* _WHAT NEEDS TO BE DONE_
In the records that follow, find the line with "f 265 264 266"; from there, retype every line exactly through the line with "f 54 56 189", which also belongs to the answer.

Collected data entries:

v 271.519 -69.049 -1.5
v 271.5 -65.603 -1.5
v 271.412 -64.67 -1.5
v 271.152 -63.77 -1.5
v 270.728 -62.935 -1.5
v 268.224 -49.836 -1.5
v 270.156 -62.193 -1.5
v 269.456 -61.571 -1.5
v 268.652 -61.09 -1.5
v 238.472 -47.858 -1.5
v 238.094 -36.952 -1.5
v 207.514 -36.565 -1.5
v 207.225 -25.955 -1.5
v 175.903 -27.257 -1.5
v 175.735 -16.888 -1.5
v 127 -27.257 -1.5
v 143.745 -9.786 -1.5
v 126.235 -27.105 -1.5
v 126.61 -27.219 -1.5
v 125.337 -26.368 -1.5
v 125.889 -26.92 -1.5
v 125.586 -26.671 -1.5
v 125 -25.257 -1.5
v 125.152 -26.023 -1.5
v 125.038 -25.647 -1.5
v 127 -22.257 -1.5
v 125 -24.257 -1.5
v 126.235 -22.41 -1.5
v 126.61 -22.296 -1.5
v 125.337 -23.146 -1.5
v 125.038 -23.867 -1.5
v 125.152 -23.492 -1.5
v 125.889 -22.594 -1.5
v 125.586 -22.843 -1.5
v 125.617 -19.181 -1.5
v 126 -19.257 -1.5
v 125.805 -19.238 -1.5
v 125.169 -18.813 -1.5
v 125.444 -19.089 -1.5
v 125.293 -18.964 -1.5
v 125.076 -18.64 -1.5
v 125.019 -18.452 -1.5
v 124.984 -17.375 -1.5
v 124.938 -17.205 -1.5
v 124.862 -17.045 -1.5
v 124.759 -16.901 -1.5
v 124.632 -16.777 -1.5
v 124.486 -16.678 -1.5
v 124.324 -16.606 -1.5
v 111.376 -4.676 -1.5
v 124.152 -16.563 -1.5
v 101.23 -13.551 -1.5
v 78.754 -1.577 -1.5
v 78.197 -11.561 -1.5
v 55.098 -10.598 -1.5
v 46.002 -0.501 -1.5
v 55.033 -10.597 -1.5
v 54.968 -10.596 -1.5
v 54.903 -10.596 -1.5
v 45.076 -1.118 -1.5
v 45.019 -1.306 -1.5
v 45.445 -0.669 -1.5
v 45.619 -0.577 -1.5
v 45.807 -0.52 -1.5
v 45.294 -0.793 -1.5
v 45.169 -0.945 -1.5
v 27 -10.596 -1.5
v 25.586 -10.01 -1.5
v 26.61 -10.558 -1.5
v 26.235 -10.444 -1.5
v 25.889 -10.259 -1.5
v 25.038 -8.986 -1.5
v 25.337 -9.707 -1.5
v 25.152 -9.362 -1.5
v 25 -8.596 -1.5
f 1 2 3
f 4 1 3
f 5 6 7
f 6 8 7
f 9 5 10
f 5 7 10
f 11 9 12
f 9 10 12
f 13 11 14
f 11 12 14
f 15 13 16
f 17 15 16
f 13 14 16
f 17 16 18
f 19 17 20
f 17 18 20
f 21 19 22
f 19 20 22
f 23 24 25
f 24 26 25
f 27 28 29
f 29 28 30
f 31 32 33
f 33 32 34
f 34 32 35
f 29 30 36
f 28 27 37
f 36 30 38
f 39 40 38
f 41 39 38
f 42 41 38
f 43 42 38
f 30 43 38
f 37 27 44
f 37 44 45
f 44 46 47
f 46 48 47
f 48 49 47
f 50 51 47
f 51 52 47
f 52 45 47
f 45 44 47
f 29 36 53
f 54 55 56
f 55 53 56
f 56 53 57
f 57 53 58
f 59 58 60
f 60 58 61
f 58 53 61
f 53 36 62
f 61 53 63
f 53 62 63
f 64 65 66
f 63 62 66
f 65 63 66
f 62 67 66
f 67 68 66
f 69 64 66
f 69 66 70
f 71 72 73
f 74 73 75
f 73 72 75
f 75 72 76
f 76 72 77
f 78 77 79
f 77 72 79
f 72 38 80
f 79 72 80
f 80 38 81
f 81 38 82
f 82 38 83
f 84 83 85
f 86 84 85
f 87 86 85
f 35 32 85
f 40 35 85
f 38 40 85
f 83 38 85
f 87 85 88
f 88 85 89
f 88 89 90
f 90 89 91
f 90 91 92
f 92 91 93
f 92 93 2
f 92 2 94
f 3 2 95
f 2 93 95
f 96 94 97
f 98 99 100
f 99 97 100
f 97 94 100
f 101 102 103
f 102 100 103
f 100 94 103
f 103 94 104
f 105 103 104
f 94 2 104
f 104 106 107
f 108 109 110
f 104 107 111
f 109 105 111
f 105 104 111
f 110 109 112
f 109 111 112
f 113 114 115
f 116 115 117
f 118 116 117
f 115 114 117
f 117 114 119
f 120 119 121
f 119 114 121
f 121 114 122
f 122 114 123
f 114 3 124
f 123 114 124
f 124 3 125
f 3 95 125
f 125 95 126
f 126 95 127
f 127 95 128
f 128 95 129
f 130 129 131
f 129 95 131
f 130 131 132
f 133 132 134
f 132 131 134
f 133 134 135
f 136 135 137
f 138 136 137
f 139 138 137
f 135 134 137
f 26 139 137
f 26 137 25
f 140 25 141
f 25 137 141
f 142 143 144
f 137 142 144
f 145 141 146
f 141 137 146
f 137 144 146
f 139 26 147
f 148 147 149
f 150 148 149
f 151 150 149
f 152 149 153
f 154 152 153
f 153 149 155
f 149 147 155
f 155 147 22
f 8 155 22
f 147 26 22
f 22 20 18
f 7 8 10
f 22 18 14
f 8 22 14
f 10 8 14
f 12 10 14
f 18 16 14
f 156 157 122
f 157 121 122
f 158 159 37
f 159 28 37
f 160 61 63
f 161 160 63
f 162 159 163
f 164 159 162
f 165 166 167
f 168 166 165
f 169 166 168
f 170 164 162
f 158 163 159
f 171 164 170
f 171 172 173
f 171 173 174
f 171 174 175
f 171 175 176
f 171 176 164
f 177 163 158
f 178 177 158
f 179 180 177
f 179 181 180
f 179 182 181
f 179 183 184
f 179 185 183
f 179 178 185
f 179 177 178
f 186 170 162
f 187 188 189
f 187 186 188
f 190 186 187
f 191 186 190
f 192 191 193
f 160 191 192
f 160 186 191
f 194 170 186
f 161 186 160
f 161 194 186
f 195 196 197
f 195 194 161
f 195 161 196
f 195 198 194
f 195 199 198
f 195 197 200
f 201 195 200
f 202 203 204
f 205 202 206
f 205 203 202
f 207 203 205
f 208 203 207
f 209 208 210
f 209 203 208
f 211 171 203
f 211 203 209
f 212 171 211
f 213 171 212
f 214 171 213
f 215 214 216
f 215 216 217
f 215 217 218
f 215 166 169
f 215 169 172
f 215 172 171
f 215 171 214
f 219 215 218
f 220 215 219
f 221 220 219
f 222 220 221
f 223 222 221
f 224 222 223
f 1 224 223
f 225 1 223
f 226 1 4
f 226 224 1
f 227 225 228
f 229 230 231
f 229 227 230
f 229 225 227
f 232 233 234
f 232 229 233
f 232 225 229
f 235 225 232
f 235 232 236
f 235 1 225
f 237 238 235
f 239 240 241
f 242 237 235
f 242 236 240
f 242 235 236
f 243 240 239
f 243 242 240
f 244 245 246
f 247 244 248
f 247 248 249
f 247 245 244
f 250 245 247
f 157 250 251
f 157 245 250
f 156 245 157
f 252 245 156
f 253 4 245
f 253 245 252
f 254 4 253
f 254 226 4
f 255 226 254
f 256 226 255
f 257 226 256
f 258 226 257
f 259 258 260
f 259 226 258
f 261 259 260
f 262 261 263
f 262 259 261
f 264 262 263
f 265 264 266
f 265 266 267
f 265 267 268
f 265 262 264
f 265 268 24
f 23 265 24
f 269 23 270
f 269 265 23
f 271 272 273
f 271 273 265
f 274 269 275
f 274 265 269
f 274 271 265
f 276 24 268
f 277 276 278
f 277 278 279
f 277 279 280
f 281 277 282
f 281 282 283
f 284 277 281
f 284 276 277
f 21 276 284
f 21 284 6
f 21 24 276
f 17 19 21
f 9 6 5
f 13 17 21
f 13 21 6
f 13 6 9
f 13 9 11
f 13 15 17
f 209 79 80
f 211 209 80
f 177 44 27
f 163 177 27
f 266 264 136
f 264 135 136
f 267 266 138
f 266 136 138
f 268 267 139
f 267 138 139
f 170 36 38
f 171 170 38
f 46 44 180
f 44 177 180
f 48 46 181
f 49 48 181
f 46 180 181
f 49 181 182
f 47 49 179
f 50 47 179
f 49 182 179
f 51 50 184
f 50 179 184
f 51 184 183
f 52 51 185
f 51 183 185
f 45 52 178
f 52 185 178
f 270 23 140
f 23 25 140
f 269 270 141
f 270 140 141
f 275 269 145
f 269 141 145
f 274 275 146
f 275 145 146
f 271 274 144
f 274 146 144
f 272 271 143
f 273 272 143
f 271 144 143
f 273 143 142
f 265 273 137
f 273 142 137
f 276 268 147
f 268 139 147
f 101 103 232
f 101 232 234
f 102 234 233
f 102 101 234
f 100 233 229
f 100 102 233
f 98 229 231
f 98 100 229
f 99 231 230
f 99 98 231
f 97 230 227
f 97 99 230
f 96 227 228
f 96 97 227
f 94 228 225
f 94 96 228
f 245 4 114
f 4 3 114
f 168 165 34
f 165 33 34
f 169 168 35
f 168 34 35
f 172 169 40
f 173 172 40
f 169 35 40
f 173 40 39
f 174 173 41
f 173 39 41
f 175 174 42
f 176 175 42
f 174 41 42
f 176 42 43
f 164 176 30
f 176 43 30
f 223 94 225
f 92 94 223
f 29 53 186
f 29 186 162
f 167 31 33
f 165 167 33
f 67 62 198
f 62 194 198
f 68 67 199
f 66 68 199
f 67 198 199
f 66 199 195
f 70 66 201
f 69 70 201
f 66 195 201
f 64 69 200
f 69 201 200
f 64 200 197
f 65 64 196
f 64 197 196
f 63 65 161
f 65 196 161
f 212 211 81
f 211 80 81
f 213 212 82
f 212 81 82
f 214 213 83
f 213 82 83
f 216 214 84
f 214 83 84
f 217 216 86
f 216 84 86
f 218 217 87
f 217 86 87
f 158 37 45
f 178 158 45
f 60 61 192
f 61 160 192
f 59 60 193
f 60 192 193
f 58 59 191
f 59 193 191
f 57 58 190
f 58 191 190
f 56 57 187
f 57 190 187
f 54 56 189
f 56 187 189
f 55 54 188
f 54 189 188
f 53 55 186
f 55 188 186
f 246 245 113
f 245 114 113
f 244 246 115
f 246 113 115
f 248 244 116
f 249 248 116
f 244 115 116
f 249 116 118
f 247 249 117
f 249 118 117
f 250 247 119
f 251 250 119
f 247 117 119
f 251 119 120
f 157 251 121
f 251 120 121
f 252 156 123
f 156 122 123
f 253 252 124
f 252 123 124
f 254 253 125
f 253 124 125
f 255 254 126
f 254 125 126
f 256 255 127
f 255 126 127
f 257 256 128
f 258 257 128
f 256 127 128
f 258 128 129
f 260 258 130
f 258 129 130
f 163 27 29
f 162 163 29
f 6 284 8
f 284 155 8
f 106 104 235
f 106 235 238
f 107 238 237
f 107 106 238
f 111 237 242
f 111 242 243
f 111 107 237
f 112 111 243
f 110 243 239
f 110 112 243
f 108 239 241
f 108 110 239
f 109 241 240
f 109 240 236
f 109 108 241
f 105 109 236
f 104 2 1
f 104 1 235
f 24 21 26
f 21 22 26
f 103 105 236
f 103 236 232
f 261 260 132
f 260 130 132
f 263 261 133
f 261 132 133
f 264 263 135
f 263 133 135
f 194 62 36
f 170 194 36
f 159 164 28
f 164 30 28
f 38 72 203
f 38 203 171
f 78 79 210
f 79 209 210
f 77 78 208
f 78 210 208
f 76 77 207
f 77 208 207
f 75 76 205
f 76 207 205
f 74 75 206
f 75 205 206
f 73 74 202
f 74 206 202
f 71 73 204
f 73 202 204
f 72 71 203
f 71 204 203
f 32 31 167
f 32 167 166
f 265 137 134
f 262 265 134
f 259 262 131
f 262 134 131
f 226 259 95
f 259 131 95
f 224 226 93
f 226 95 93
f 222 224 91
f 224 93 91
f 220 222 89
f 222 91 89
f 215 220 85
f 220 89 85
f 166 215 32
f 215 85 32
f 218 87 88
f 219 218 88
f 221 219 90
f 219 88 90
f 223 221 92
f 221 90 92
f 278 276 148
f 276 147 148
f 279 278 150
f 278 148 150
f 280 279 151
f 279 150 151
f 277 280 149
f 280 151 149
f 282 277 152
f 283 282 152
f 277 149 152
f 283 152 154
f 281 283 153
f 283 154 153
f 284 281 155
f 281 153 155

* _YOUR SOLUTION_
f 265 264 266
f 265 266 267
f 265 267 268
f 265 262 264
f 265 268 24
f 23 265 24
f 269 23 270
f 269 265 23
f 271 272 273
f 271 273 265
f 274 269 275
f 274 265 269
f 274 271 265
f 276 24 268
f 277 276 278
f 277 278 279
f 277 279 280
f 281 277 282
f 281 282 283
f 284 277 281
f 284 276 277
f 21 276 284
f 21 284 6
f 21 24 276
f 17 19 21
f 9 6 5
f 13 17 21
f 13 21 6
f 13 6 9
f 13 9 11
f 13 15 17
f 209 79 80
f 211 209 80
f 177 44 27
f 163 177 27
f 266 264 136
f 264 135 136
f 267 266 138
f 266 136 138
f 268 267 139
f 267 138 139
f 170 36 38
f 171 170 38
f 46 44 180
f 44 177 180
f 48 46 181
f 49 48 181
f 46 180 181
f 49 181 182
f 47 49 179
f 50 47 179
f 49 182 179
f 51 50 184
f 50 179 184
f 51 184 183
f 52 51 185
f 51 183 185
f 45 52 178
f 52 185 178
f 270 23 140
f 23 25 140
f 269 270 141
f 270 140 141
f 275 269 145
f 269 141 145
f 274 275 146
f 275 145 146
f 271 274 144
f 274 146 144
f 272 271 143
f 273 272 143
f 271 144 143
f 273 143 142
f 265 273 137
f 273 142 137
f 276 268 147
f 268 139 147
f 101 103 232
f 101 232 234
f 102 234 233
f 102 101 234
f 100 233 229
f 100 102 233
f 98 229 231
f 98 100 229
f 99 231 230
f 99 98 231
f 97 230 227
f 97 99 230
f 96 227 228
f 96 97 227
f 94 228 225
f 94 96 228
f 245 4 114
f 4 3 114
f 168 165 34
f 165 33 34
f 169 168 35
f 168 34 35
f 172 169 40
f 173 172 40
f 169 35 40
f 173 40 39
f 174 173 41
f 173 39 41
f 175 174 42
f 176 175 42
f 174 41 42
f 176 42 43
f 164 176 30
f 176 43 30
f 223 94 225
f 92 94 223
f 29 53 186
f 29 186 162
f 167 31 33
f 165 167 33
f 67 62 198
f 62 194 198
f 68 67 199
f 66 68 199
f 67 198 199
f 66 199 195
f 70 66 201
f 69 70 201
f 66 195 201
f 64 69 200
f 69 201 200
f 64 200 197
f 65 64 196
f 64 197 196
f 63 65 161
f 65 196 161
f 212 211 81
f 211 80 81
f 213 212 82
f 212 81 82
f 214 213 83
f 213 82 83
f 216 214 84
f 214 83 84
f 217 216 86
f 216 84 86
f 218 217 87
f 217 86 87
f 158 37 45
f 178 158 45
f 60 61 192
f 61 160 192
f 59 60 193
f 60 192 193
f 58 59 191
f 59 193 191
f 57 58 190
f 58 191 190
f 56 57 187
f 57 190 187
f 54 56 189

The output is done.